--- DATA EXCERPTS Enclosed Below ---
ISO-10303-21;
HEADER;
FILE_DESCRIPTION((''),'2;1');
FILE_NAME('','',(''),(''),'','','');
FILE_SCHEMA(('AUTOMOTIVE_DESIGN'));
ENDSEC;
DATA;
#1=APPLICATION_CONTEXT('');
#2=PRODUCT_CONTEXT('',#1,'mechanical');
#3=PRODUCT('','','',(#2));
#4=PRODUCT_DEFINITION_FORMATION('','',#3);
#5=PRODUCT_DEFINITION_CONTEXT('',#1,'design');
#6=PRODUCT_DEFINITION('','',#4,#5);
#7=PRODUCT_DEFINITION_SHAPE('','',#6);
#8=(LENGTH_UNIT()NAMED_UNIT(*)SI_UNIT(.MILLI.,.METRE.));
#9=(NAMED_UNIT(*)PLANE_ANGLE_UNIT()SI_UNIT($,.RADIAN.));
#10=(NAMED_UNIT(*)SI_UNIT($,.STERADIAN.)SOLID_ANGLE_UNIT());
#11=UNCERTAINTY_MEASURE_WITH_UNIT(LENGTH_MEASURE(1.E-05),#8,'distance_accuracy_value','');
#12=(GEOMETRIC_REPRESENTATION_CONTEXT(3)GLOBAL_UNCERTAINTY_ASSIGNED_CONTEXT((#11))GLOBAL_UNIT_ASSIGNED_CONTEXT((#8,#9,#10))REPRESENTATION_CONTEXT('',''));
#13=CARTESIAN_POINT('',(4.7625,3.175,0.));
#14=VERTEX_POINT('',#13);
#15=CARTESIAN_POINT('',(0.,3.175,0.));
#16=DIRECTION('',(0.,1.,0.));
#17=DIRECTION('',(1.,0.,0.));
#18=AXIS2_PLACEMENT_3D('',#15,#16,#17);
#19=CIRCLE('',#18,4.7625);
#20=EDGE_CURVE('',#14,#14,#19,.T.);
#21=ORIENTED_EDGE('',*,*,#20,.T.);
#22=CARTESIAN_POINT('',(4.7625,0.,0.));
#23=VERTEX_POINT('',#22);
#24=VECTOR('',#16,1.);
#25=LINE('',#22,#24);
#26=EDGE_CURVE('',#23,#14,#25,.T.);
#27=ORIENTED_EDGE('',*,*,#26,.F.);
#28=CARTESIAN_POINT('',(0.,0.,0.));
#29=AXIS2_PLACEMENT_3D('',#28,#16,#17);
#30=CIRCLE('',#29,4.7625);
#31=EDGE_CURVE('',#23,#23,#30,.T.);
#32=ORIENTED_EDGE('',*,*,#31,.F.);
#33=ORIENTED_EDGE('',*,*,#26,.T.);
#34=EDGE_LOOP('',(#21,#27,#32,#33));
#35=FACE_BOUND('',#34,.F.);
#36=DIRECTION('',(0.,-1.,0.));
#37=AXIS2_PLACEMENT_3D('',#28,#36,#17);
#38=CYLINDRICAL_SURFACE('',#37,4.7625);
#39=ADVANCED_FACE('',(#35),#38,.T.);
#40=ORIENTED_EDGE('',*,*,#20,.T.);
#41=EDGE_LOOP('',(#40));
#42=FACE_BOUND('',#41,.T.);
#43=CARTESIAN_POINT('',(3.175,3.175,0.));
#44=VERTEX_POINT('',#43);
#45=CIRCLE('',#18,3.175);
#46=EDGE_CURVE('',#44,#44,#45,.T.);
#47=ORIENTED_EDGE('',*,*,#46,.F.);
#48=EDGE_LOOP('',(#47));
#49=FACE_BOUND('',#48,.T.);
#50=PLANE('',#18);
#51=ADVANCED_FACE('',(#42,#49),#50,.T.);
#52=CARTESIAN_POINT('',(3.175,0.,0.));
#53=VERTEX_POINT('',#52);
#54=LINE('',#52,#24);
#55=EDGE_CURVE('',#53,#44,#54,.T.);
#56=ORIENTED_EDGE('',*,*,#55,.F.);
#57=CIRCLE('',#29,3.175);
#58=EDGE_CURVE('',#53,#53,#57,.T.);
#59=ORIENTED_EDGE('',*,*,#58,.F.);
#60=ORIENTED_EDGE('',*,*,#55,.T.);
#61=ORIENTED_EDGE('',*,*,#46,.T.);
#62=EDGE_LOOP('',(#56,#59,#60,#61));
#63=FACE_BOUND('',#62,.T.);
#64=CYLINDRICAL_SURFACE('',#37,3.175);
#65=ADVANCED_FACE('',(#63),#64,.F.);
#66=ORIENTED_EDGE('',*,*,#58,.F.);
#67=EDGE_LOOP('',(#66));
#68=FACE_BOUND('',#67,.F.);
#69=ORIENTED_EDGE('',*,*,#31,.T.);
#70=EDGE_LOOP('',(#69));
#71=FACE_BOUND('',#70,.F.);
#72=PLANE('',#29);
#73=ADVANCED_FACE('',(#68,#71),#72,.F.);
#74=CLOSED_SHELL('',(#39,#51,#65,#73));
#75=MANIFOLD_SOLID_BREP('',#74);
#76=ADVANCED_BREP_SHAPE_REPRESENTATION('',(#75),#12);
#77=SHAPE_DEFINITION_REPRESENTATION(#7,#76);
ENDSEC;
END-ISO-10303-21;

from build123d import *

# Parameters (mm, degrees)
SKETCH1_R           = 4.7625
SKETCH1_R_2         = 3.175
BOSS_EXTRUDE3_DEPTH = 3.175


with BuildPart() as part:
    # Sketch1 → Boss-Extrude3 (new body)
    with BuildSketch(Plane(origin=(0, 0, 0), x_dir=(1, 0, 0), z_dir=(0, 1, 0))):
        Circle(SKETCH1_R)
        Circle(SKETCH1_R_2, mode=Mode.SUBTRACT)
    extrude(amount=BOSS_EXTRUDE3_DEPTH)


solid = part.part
--- End of Enclosed DATA EXCERPTS ---
→ **WHAT TO PRODUCE**
Give each entry again, spelled exactly as shown.

→ **TASK ANSWER**
ISO-10303-21;
HEADER;
FILE_DESCRIPTION((''),'2;1');
FILE_NAME('','',(''),(''),'','','');
FILE_SCHEMA(('AUTOMOTIVE_DESIGN'));
ENDSEC;
DATA;
#1=APPLICATION_CONTEXT('');
#2=PRODUCT_CONTEXT('',#1,'mechanical');
#3=PRODUCT('','','',(#2));
#4=PRODUCT_DEFINITION_FORMATION('','',#3);
#5=PRODUCT_DEFINITION_CONTEXT('',#1,'design');
#6=PRODUCT_DEFINITION('','',#4,#5);
#7=PRODUCT_DEFINITION_SHAPE('','',#6);
#8=(LENGTH_UNIT()NAMED_UNIT(*)SI_UNIT(.MILLI.,.METRE.));
#9=(NAMED_UNIT(*)PLANE_ANGLE_UNIT()SI_UNIT($,.RADIAN.));
#10=(NAMED_UNIT(*)SI_UNIT($,.STERADIAN.)SOLID_ANGLE_UNIT());
#11=UNCERTAINTY_MEASURE_WITH_UNIT(LENGTH_MEASURE(1.E-05),#8,'distance_accuracy_value','');
#12=(GEOMETRIC_REPRESENTATION_CONTEXT(3)GLOBAL_UNCERTAINTY_ASSIGNED_CONTEXT((#11))GLOBAL_UNIT_ASSIGNED_CONTEXT((#8,#9,#10))REPRESENTATION_CONTEXT('',''));
#13=CARTESIAN_POINT('',(4.7625,3.175,0.));
#14=VERTEX_POINT('',#13);
#15=CARTESIAN_POINT('',(0.,3.175,0.));
#16=DIRECTION('',(0.,1.,0.));
#17=DIRECTION('',(1.,0.,0.));
#18=AXIS2_PLACEMENT_3D('',#15,#16,#17);
#19=CIRCLE('',#18,4.7625);
#20=EDGE_CURVE('',#14,#14,#19,.T.);
#21=ORIENTED_EDGE('',*,*,#20,.T.);
#22=CARTESIAN_POINT('',(4.7625,0.,0.));
#23=VERTEX_POINT('',#22);
#24=VECTOR('',#16,1.);
#25=LINE('',#22,#24);
#26=EDGE_CURVE('',#23,#14,#25,.T.);
#27=ORIENTED_EDGE('',*,*,#26,.F.);
#28=CARTESIAN_POINT('',(0.,0.,0.));
#29=AXIS2_PLACEMENT_3D('',#28,#16,#17);
#30=CIRCLE('',#29,4.7625);
#31=EDGE_CURVE('',#23,#23,#30,.T.);
#32=ORIENTED_EDGE('',*,*,#31,.F.);
#33=ORIENTED_EDGE('',*,*,#26,.T.);
#34=EDGE_LOOP('',(#21,#27,#32,#33));
#35=FACE_BOUND('',#34,.F.);
#36=DIRECTION('',(0.,-1.,0.));
#37=AXIS2_PLACEMENT_3D('',#28,#36,#17);
#38=CYLINDRICAL_SURFACE('',#37,4.7625);
#39=ADVANCED_FACE('',(#35),#38,.T.);
#40=ORIENTED_EDGE('',*,*,#20,.T.);
#41=EDGE_LOOP('',(#40));
#42=FACE_BOUND('',#41,.T.);
#43=CARTESIAN_POINT('',(3.175,3.175,0.));
#44=VERTEX_POINT('',#43);
#45=CIRCLE('',#18,3.175);
#46=EDGE_CURVE('',#44,#44,#45,.T.);
#47=ORIENTED_EDGE('',*,*,#46,.F.);
#48=EDGE_LOOP('',(#47));
#49=FACE_BOUND('',#48,.T.);
#50=PLANE('',#18);
#51=ADVANCED_FACE('',(#42,#49),#50,.T.);
#52=CARTESIAN_POINT('',(3.175,0.,0.));
#53=VERTEX_POINT('',#52);
#54=LINE('',#52,#24);
#55=EDGE_CURVE('',#53,#44,#54,.T.);
#56=ORIENTED_EDGE('',*,*,#55,.F.);
#57=CIRCLE('',#29,3.175);
#58=EDGE_CURVE('',#53,#53,#57,.T.);
#59=ORIENTED_EDGE('',*,*,#58,.F.);
#60=ORIENTED_EDGE('',*,*,#55,.T.);
#61=ORIENTED_EDGE('',*,*,#46,.T.);
#62=EDGE_LOOP('',(#56,#59,#60,#61));
#63=FACE_BOUND('',#62,.T.);
#64=CYLINDRICAL_SURFACE('',#37,3.175);
#65=ADVANCED_FACE('',(#63),#64,.F.);
#66=ORIENTED_EDGE('',*,*,#58,.F.);
#67=EDGE_LOOP('',(#66));
#68=FACE_BOUND('',#67,.F.);
#69=ORIENTED_EDGE('',*,*,#31,.T.);
#70=EDGE_LOOP('',(#69));
#71=FACE_BOUND('',#70,.F.);
#72=PLANE('',#29);
#73=ADVANCED_FACE('',(#68,#71),#72,.F.);
#74=CLOSED_SHELL('',(#39,#51,#65,#73));
#75=MANIFOLD_SOLID_BREP('',#74);
#76=ADVANCED_BREP_SHAPE_REPRESENTATION('',(#75),#12);
#77=SHAPE_DEFINITION_REPRESENTATION(#7,#76);
ENDSEC;
END-ISO-10303-21;

from build123d import *

# Parameters (mm, degrees)
SKETCH1_R           = 4.7625
SKETCH1_R_2         = 3.175
BOSS_EXTRUDE3_DEPTH = 3.175


with BuildPart() as part:
    # Sketch1 → Boss-Extrude3 (new body)
    with BuildSketch(Plane(origin=(0, 0, 0), x_dir=(1, 0, 0), z_dir=(0, 1, 0))):
        Circle(SKETCH1_R)
        Circle(SKETCH1_R_2, mode=Mode.SUBTRACT)
    extrude(amount=BOSS_EXTRUDE3_DEPTH)


solid = part.part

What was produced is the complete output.